Examples of “patch”-level changes are:
updated geography definitions (changes in state-specific geographies impacting a small set of areas, for instance a Workforce Investment Board (WIB) or a small number of counties) (see CHANGES in V4.0.1, V4.0.2, V4.0.3 for examples)
change in North American Industry Coding System (NAICS) coding affecting only a small number of industries (see CHANGES in V4.0.2 for an example).
Switching from Standard Industrial Classification (SIC) to NAICS would have been a major version number change, changing from NAICS 1997 to 2007 - which had more significant changes, but did not fundamentally change the way the data are read in - would have been a minor version number change.
Additional revisions within a “patch”-level schema will be identified in the CHANGES.txt by date, but will not otherwise carry a different version number. Revisions are only used to correct for bugs, and to improve documentation of the schema itself, but not to change the schema.
LEHD will publish a draft version of minor or major schema changes, in order to be able to allow for comments by the community. A draft schema may also accompany beta data products, where both schema and data are published to elicit comments from the public. Draft versions do not necessarily lead to a final specification, and should be treated as work in progress.
For convenience, the latest non-draft version is accessible at http://lehd.ces.census.gov/data/schema/latest/. However, users should note that at any point in time, data published by LEHD may reference an older schema, as noted in the Usage section above. Users are strongly encouraged to reference a well-specified revision number in their programs, derived from the “version*txt” file provided with each data release.
LEHD commits to keeping a public record of all major, minor, and patch versions of the schema in an accessible, public location (currently, at http://lehd.ces.census.gov/data/schema/).
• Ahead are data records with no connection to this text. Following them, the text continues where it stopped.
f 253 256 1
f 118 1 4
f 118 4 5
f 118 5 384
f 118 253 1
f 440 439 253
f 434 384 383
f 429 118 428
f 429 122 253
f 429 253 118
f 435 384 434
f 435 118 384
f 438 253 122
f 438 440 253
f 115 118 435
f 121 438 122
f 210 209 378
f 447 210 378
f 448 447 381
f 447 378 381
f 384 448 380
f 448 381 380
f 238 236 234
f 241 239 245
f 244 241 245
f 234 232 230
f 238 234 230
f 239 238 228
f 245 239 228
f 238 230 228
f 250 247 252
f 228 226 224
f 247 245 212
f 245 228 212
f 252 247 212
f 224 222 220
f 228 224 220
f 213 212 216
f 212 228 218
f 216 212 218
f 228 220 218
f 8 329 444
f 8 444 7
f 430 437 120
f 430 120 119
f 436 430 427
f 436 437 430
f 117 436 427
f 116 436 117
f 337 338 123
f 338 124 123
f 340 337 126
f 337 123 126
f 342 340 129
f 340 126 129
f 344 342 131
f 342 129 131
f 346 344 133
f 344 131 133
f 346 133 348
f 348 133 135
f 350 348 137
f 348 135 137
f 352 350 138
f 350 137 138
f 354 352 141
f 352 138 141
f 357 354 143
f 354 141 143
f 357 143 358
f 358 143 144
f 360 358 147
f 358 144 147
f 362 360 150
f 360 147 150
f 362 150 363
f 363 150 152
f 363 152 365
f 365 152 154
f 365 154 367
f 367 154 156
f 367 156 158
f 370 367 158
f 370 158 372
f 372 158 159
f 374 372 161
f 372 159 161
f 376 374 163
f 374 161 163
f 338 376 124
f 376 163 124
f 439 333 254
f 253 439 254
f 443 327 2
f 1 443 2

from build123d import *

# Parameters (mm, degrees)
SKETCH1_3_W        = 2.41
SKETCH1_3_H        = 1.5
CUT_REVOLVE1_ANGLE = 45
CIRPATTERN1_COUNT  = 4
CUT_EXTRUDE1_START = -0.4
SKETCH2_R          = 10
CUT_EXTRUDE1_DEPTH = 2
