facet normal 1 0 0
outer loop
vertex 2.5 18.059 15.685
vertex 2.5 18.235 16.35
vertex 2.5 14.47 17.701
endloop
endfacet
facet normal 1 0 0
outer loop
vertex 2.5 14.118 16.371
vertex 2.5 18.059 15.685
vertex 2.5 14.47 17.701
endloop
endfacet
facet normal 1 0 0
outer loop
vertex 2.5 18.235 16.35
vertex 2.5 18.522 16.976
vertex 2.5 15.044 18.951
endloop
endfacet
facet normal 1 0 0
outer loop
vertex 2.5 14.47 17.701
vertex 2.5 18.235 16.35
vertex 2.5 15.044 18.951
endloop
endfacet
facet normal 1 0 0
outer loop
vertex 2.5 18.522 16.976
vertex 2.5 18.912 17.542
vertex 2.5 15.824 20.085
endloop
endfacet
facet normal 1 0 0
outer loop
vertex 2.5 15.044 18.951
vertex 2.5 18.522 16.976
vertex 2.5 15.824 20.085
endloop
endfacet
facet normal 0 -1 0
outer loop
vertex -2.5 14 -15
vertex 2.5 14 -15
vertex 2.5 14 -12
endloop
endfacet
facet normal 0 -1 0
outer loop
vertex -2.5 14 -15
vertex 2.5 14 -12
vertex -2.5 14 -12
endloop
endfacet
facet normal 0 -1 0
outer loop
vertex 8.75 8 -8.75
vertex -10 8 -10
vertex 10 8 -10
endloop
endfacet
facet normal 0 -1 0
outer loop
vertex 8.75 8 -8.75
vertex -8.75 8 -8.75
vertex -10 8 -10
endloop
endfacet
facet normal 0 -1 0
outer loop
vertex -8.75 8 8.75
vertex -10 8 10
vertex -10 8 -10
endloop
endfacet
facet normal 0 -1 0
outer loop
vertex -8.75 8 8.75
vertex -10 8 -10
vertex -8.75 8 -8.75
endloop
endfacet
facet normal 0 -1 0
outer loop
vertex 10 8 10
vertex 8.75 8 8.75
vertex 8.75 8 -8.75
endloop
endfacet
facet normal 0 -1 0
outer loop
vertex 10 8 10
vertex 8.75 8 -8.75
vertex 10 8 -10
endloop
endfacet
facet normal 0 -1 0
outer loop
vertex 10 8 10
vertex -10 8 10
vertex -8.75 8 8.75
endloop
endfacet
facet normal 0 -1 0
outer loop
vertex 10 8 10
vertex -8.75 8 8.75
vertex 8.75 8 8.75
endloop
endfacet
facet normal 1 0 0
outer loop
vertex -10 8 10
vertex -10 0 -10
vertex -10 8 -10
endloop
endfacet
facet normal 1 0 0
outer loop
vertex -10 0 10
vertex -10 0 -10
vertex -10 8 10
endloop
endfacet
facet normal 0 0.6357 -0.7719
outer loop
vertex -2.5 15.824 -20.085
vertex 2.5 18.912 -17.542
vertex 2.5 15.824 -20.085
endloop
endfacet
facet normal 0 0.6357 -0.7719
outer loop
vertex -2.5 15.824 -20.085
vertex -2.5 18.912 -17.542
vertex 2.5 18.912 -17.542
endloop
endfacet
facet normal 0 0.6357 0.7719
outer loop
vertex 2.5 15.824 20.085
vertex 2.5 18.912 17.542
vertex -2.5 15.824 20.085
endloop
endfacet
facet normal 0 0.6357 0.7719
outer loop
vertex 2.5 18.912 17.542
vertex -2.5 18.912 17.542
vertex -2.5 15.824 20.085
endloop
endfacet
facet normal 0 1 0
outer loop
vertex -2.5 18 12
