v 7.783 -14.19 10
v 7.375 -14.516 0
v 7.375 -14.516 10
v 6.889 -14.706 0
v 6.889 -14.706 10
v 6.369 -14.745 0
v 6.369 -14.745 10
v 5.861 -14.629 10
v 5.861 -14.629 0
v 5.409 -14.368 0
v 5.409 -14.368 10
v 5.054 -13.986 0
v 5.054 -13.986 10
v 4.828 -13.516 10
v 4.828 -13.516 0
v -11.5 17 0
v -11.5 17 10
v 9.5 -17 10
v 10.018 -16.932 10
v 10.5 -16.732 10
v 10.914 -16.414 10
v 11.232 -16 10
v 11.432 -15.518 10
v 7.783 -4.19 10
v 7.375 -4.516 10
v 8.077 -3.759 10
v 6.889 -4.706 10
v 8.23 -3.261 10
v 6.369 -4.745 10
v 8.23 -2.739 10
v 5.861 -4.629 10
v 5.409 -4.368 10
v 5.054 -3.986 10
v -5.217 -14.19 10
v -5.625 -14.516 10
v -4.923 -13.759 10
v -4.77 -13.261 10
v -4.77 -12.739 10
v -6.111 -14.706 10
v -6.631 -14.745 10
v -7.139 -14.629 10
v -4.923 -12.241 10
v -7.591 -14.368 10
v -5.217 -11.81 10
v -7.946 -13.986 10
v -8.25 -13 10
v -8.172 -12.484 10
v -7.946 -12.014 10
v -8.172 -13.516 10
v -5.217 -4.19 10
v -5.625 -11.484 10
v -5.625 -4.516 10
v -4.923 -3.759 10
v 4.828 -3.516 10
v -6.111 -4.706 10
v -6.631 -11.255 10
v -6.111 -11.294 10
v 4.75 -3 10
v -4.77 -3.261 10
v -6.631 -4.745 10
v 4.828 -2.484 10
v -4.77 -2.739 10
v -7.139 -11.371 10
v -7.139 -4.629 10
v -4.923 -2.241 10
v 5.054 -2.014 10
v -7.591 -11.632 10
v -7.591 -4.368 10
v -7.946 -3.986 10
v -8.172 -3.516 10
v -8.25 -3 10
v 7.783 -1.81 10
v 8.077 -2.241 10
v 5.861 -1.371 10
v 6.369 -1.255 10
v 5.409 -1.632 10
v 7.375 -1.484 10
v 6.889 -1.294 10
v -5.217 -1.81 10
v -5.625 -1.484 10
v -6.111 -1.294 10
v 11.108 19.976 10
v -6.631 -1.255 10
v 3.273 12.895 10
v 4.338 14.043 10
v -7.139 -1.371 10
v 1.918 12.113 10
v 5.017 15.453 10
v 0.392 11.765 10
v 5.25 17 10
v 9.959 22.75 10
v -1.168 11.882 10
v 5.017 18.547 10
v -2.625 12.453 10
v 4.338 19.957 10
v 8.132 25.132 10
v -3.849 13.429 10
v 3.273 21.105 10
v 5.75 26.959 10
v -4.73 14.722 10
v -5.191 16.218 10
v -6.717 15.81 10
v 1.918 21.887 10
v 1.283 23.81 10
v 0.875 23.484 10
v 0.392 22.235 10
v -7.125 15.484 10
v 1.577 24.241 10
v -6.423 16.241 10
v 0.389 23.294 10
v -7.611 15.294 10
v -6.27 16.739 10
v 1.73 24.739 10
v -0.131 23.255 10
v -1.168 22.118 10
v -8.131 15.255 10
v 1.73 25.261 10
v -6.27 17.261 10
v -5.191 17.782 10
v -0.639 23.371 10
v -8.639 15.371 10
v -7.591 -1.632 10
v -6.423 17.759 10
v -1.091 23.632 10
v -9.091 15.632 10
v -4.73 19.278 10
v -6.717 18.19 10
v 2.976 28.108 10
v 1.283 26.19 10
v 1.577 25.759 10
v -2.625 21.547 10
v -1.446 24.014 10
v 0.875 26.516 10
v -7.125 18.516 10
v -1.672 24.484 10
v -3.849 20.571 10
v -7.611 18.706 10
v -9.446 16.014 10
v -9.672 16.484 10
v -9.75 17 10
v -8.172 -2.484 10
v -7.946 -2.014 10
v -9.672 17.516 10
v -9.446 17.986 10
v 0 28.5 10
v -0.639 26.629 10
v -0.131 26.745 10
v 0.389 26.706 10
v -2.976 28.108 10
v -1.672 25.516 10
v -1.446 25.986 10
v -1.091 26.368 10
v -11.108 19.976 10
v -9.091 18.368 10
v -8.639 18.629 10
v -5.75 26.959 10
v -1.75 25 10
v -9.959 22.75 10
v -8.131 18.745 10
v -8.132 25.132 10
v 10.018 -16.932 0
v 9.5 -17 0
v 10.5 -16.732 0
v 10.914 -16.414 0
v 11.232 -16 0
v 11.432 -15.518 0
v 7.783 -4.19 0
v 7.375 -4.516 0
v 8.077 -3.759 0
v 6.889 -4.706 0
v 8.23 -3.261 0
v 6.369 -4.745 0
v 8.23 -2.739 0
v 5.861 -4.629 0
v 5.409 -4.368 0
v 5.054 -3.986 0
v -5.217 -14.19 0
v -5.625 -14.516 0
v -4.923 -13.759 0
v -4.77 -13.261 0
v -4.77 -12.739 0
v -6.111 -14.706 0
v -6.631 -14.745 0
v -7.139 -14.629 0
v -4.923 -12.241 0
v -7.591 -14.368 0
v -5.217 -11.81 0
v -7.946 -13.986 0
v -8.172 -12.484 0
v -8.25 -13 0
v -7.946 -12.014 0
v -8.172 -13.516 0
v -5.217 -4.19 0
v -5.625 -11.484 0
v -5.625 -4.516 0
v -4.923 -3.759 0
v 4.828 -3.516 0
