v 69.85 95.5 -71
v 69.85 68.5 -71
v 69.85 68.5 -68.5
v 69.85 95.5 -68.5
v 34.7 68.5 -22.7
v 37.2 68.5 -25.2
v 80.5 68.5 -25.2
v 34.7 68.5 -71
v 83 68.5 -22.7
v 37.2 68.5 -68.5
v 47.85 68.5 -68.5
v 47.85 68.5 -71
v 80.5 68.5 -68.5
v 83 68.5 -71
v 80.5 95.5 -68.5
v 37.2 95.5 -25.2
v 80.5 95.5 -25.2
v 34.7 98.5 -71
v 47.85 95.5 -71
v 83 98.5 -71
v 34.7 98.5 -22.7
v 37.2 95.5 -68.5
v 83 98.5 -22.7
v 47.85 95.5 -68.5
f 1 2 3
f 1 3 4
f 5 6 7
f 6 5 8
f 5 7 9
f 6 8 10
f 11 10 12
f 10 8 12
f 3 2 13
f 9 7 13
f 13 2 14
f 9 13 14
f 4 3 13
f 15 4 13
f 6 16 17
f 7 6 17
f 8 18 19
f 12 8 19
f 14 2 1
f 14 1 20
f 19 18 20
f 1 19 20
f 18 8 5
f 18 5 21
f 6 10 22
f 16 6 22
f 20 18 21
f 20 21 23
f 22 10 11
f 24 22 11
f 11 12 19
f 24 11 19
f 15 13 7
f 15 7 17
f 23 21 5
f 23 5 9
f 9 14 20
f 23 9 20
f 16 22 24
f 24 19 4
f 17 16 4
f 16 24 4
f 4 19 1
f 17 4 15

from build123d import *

# Parameters (mm, degrees)
BOX019_W     = 22
BOX019_H     = 27
BOX019_DEPTH = 10
BOX016_W     = 43.3
BOX016_H     = 27
BOX016_DEPTH = 43.3
BOX015_W     = 48.3
BOX015_H     = 30
BOX015_DEPTH = 48.3


with BuildPart() as cube:
    # Box019 → Box019 (new body)
    with BuildSketch(Plane(origin=(47.85, 68.5, -75), x_dir=(1, 0, 0), z_dir=(0, 0, 1))):
        with Locations((11, 13.5)):
            Rectangle(BOX019_W, BOX019_H)
    extrude(amount=BOX019_DEPTH)


with BuildPart() as statictraynegative:
    # Box016 → Box016 (new body)
    with BuildSketch(Plane(origin=(93.5, 0, 2.5), x_dir=(1, 0, 0), z_dir=(0, 0, 1))):
        with Locations((21.65, 13.5)):
            Rectangle(BOX016_W, BOX016_H)
    extrude(amount=BOX016_DEPTH)


with BuildPart() as lineartray:
    # Box015 → Box015 (new body)
    with BuildSketch(Plane(origin=(91, 0, 0), x_dir=(1, 0, 0), z_dir=(0, 0, 1))):
        with Locations((24.15, 15)):
            Rectangle(BOX015_W, BOX015_H)
    extrude(amount=BOX015_DEPTH)

    # Cut017: cut StaticTrayNegative
    add(statictraynegative.part, mode=Mode.SUBTRACT)


with BuildPart() as lineartray_1:
    # Cut017 placement: moved
    add(lineartray.part.moved(Location((-56.3, 68.5, -71))))

    # Cut018: cut Cube
    add(cube.part, mode=Mode.SUBTRACT)


solid = lineartray_1.part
Additional revisions are stored internally in code versioning systems, and can be provided upon request.
The next minor version as of the writing of this paper will be V4.1. Draft versions of V4.1 were circulated and made available since 2015 (see V4.1-draft, V4.1b-draft, V4.1c-draft, and V4.1d-draft.) Notable changes in V4.1 are the addition of J2J schema details, the expansion of QWI schema details to account for National QWI and federal worker data, the addition of variability measures (available initially in the beta National QWI data distribution only), and the addition of shape (SHP) files. Of course, these changes will be explicitly confirmed in the V4.1/CHANGES.txt file once it is finalized. Note that the availability of metadata on a particular data product does not convey about availability of the actual data product. In fact, in general, we strive to release the specifications of upcoming data products before the data product itself is available, to allow the user community to prepare for it.
Currently, the schema covers QWI and J2J data publications. We continue to work on expanding the schema to cover additional LEHD data publications, such as the LEHD Origin-Destination Employment Statistics (LODES).
Looking further ahead, the current schema is in format that is unique to LEHD. We consider the current schema structure to be an intermediate step towards a standards-compliant schema. LEHD continues to work towards creating a schema that is fully compliant with open data standards.